=== Section Start ===

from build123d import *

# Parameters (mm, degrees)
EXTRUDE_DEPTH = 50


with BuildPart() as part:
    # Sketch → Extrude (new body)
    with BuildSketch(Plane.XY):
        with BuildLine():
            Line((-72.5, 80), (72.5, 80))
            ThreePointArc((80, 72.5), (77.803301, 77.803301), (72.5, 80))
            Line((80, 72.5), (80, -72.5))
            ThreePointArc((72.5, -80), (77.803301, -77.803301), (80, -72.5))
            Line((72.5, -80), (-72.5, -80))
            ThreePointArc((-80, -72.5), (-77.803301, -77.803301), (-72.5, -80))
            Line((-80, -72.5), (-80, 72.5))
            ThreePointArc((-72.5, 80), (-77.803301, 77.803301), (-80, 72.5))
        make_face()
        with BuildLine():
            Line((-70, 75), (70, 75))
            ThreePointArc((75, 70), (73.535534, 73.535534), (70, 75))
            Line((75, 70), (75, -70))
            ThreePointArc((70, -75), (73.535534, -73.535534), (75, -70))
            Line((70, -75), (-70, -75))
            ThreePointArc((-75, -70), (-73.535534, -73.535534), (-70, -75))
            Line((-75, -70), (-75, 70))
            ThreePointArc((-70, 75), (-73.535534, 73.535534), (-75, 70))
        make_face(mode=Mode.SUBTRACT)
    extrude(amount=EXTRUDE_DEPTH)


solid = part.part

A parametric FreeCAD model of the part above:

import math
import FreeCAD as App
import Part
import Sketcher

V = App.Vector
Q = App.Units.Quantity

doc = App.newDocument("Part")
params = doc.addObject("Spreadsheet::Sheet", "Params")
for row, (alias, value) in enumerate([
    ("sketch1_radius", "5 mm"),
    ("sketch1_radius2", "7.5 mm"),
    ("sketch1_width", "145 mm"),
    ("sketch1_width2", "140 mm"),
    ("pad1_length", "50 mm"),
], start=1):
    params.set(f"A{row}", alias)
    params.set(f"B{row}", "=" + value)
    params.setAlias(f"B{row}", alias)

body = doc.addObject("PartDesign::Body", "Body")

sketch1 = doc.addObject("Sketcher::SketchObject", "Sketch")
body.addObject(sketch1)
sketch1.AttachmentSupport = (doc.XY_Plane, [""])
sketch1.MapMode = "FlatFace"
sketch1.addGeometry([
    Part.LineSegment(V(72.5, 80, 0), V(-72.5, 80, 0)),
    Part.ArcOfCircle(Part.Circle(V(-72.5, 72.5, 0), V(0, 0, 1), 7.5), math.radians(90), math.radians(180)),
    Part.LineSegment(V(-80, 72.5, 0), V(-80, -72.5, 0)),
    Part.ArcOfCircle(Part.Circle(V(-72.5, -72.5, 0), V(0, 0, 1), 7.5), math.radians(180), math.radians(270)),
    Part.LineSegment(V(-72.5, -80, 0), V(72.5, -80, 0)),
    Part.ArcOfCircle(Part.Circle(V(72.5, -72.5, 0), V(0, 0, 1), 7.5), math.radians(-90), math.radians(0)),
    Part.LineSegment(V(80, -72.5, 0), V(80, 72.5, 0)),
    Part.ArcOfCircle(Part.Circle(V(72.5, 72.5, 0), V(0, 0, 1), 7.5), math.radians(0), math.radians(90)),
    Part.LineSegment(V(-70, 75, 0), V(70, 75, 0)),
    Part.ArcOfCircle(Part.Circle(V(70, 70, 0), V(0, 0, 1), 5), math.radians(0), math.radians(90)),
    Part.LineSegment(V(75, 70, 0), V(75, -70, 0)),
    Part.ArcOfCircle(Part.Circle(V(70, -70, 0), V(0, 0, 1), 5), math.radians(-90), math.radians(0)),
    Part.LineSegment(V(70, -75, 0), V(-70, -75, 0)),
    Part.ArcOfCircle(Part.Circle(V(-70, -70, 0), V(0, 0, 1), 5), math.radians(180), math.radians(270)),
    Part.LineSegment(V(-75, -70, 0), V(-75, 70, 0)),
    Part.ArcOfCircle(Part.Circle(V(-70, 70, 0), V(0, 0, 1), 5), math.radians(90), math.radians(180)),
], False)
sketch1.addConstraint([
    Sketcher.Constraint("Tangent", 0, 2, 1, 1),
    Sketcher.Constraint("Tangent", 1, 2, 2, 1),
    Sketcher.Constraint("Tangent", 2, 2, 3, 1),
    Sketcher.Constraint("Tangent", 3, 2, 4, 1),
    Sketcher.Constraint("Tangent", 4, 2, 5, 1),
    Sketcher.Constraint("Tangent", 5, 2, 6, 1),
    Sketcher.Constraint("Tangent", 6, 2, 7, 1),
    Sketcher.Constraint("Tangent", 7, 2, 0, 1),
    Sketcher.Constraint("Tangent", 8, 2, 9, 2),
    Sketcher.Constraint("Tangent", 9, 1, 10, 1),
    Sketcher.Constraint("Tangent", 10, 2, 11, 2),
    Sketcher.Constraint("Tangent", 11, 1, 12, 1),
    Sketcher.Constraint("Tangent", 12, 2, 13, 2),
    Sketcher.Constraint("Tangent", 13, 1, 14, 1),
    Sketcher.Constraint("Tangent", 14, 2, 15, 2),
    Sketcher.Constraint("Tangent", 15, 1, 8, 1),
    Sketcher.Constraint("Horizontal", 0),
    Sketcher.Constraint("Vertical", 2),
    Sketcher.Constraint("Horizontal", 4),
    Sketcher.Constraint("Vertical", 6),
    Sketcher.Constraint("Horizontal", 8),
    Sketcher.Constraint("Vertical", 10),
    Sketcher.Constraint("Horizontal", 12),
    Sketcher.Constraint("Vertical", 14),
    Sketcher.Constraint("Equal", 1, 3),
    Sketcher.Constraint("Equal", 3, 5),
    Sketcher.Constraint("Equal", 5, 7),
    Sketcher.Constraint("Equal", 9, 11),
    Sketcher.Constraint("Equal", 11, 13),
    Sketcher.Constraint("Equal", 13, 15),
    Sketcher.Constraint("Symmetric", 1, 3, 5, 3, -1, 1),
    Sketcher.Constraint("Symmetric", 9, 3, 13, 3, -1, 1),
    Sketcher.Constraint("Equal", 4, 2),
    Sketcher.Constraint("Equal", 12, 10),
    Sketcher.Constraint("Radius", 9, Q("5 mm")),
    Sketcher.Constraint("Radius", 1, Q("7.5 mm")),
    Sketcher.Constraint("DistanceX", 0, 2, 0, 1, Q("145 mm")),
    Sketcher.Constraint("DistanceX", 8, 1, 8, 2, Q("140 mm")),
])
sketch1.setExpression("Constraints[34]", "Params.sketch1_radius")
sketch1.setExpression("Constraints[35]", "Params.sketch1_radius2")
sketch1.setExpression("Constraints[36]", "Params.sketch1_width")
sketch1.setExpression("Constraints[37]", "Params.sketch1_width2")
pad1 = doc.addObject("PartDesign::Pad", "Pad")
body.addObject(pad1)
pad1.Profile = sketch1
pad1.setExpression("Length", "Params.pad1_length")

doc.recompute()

=== Section End ===

The output should be exactly the lines above from the line containing "ThreePointArc((-70, 75), (-73.535534, 73.535534), (-75, 70))" to the line containing "A parametric FreeCAD", inclusive, with no other lines.

            ThreePointArc((-70, 75), (-73.535534, 73.535534), (-75, 70))
        make_face(mode=Mode.SUBTRACT)
    extrude(amount=EXTRUDE_DEPTH)


solid = part.part

A parametric FreeCAD model of the part above:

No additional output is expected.